== What to do ==
Check each line below for the word "projected", and copy those that have it.

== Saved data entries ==
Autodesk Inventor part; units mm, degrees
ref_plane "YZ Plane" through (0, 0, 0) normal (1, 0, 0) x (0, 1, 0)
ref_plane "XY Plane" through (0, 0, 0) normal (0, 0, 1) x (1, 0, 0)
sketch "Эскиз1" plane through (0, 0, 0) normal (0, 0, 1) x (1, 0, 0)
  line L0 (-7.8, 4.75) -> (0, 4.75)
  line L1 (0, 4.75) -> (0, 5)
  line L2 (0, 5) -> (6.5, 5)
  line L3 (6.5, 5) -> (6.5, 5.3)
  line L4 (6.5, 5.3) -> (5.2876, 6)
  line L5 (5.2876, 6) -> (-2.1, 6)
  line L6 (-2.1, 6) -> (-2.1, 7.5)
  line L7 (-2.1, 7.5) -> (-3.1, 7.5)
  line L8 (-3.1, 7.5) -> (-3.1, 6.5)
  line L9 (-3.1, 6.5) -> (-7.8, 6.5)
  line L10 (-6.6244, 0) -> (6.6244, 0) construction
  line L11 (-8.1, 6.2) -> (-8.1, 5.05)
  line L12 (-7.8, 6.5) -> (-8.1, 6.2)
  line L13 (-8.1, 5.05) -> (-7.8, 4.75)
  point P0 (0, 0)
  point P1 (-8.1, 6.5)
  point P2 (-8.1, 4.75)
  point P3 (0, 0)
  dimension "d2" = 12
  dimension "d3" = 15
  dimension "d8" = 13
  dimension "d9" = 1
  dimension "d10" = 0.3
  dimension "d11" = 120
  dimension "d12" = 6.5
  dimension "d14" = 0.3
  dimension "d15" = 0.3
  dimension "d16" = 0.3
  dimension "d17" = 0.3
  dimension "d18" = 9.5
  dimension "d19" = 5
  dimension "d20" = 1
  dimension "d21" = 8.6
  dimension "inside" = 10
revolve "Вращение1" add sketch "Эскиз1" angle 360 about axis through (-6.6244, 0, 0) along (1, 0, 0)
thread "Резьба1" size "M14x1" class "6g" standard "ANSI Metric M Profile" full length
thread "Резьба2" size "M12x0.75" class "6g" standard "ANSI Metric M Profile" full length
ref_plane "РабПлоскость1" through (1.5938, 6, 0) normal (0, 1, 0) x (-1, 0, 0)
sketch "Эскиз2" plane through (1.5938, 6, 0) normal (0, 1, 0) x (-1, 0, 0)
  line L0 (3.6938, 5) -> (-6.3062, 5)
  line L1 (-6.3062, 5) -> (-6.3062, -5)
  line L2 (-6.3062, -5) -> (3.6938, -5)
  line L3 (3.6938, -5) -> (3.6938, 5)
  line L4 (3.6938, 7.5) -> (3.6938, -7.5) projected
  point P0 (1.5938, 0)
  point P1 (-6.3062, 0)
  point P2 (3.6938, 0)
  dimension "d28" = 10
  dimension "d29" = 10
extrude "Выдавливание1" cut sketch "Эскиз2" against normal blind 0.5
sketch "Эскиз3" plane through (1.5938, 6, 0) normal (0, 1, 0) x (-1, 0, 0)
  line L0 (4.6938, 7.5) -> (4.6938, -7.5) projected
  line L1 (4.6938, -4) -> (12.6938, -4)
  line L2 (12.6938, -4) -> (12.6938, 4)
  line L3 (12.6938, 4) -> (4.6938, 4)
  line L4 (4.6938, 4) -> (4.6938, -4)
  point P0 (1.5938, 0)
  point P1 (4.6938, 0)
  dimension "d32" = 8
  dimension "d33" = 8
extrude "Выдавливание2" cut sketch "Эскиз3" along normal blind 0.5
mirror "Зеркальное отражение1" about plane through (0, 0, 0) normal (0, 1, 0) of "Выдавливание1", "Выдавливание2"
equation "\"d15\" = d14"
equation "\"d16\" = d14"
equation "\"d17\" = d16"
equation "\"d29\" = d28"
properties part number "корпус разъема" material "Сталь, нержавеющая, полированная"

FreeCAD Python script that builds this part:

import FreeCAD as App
import Part
import Sketcher
Q = App.Units.Quantity


def add_polygon(sketch, points):
    """Adds a closed chain of lines whose ends are joined by coincident constraints."""
    first, n = sketch.GeometryCount, len(points)
    for a, b in zip(points, points[1:] + points[:1]):
        sketch.addGeometry(Part.LineSegment(App.Vector(*a, 0), App.Vector(*b, 0)), False)
    for i in range(n):
        sketch.addConstraint(Sketcher.Constraint("Coincident", first + i, 2, first + (i + 1) % n, 1))

doc = App.newDocument("Part")
body = doc.addObject("PartDesign::Body", "Body")

# Sketch on XY plane
sketch1 = doc.addObject("Sketcher::SketchObject", "Sketch")
body.addObject(sketch1)
sketch1.AttachmentSupport = (doc.XY_Plane, [""])
sketch1.MapMode = "FlatFace"
add_polygon(sketch1, [(-8.1, 5.05), (-7.8, 4.75), (0, 4.75), (0, 5), (6.5, 5), (6.5, 5.3), (5.29, 6), (-2.1, 6), (-2.1, 7.5), (-3.1, 7.5), (-3.1, 6.5), (-7.8, 6.5), (-8.1, 6.2)])  # lines 0-12
sketch1.addConstraint(Sketcher.Constraint("Horizontal", 1))
sketch1.addConstraint(Sketcher.Constraint("Vertical", 2))
sketch1.addConstraint(Sketcher.Constraint("Horizontal", 3))
sketch1.addConstraint(Sketcher.Constraint("Vertical", 4))
sketch1.addConstraint(Sketcher.Constraint("Horizontal", 6))
sketch1.addConstraint(Sketcher.Constraint("Vertical", 7))
sketch1.addConstraint(Sketcher.Constraint("Horizontal", 8))
sketch1.addConstraint(Sketcher.Constraint("Vertical", 9))
sketch1.addConstraint(Sketcher.Constraint("Horizontal", 10))
sketch1.addConstraint(Sketcher.Constraint("Vertical", 12))
sketch1.addConstraint(Sketcher.Constraint("PointOnObject", 1, 2, -2))
sketch1.addConstraint(Sketcher.Constraint("Perpendicular", 0, 11))
sketch1.addConstraint(Sketcher.Constraint("Vertical", 0, 2, 10, 2))
sketch1.addConstraint(Sketcher.Constraint("Equal", 8, 9))
sketch1.addConstraint(Sketcher.Constraint("Equal", 0, 11))
sketch1.addConstraint(Sketcher.Constraint("DistanceX", 8, 2, 8, 1, Q("1 mm")))
sketch1.addConstraint(Sketcher.Constraint("DistanceX", 3, 1, 3, 2, Q("6.5 mm")))
sketch1.addConstraint(Sketcher.Constraint("DistanceY", 4, 1, 4, 2, Q("0.3 mm")))
sketch1.addConstraint(Sketcher.Constraint("DistanceY", -1, 1, 2, 2, Q("5 mm")))
sketch1.addConstraint(Sketcher.Constraint("DistanceY", 3, 2, 5, 2, Q("1 mm")))
sketch1.addConstraint(Sketcher.Constraint("DistanceX", 11, 2, 9, 2, Q("5 mm")))
sketch1.addConstraint(Sketcher.Constraint("DistanceY", -1, 1, 9, 2, Q("6.5 mm")))
sketch1.addConstraint(Sketcher.Constraint("DistanceX", 6, 2, 4, 2, Q("8.6 mm")))
sketch1.addConstraint(Sketcher.Constraint("DistanceX", 11, 2, 10, 2, Q("0.3 mm")))
sketch1.addConstraint(Sketcher.Constraint("Angle", 5, Q("149.9993 deg")))
sketch1.addConstraint(Sketcher.Constraint("DistanceY", 2, 1, 2, 2, Q("0.25 mm")))
revolution = doc.addObject("PartDesign::Revolution", "Revolution")
body.addObject(revolution)
revolution.Profile = sketch1
revolution.ReferenceAxis = (sketch1, ["H_Axis"])
revolution.Angle = 360

# Sketch on XZ plane
sketch2 = doc.addObject("Sketcher::SketchObject", "Sketch001")
body.addObject(sketch2)
sketch2.AttachmentSupport = (doc.XZ_Plane, [""])
sketch2.MapMode = "FlatFace"
sketch2.AttachmentOffset = App.Placement(App.Vector(0, 0, -6), App.Rotation())
add_polygon(sketch2, [(-2, -5), (-2, 5), (8, 5), (8, -5)])  # lines 0-3
sketch2.addConstraint(Sketcher.Constraint("Vertical", 0))
sketch2.addConstraint(Sketcher.Constraint("Horizontal", 1))
sketch2.addConstraint(Sketcher.Constraint("Vertical", 2))
sketch2.addConstraint(Sketcher.Constraint("Horizontal", 3))
sketch2.addConstraint(Sketcher.Constraint("Equal", 3, 0))
sketch2.addConstraint(Sketcher.Constraint("DistanceX", 1, 1, 1, 2, Q("10 mm")))
sketch2.addConstraint(Sketcher.Constraint("DistanceY", -1, 1, 0, 2, Q("5 mm")))
sketch2.addConstraint(Sketcher.Constraint("DistanceX", 0, 2, -1, 1, Q("2.1 mm")))
pocket1 = doc.addObject("PartDesign::Pocket", "Pocket")
body.addObject(pocket1)
pocket1.Profile = sketch2
pocket1.Length = 0.5
pocket1.Reversed = True

# Sketch on XZ plane
sketch3 = doc.addObject("Sketcher::SketchObject", "Sketch002")
body.addObject(sketch3)
sketch3.AttachmentSupport = (doc.XZ_Plane, [""])
sketch3.MapMode = "FlatFace"
sketch3.AttachmentOffset = App.Placement(App.Vector(0, 0, -6), App.Rotation())
add_polygon(sketch3, [(-11, 4), (-3, 4), (-3, -4), (-11, -4)])  # lines 0-3
sketch3.addConstraint(Sketcher.Constraint("Horizontal", 0))
sketch3.addConstraint(Sketcher.Constraint("Vertical", 1))
sketch3.addConstraint(Sketcher.Constraint("Horizontal", 2))
sketch3.addConstraint(Sketcher.Constraint("Vertical", 3))
sketch3.addConstraint(Sketcher.Constraint("Equal", 2, 1))
sketch3.addConstraint(Sketcher.Constraint("DistanceX", 0, 1, 0, 2, Q("8 mm")))
sketch3.addConstraint(Sketcher.Constraint("DistanceY", -1, 1, 0, 2, Q("4 mm")))
sketch3.addConstraint(Sketcher.Constraint("DistanceX", 0, 2, -1, 1, Q("3.1 mm")))
pocket2 = doc.addObject("PartDesign::Pocket", "Pocket001")
body.addObject(pocket2)
pocket2.Profile = sketch3
pocket2.Length = 0.5
doc.recompute()

mirrored = doc.addObject("PartDesign::Mirrored", "Mirrored")
body.addObject(mirrored)
mirrored.Originals = [pocket1, pocket2]
mirrored.MirrorPlane = (doc.XZ_Plane, [""])
body.Tip = mirrored

doc.recompute()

== Response ==
  line L4 (3.6938, 7.5) -> (3.6938, -7.5) projected
  line L0 (4.6938, 7.5) -> (4.6938, -7.5) projected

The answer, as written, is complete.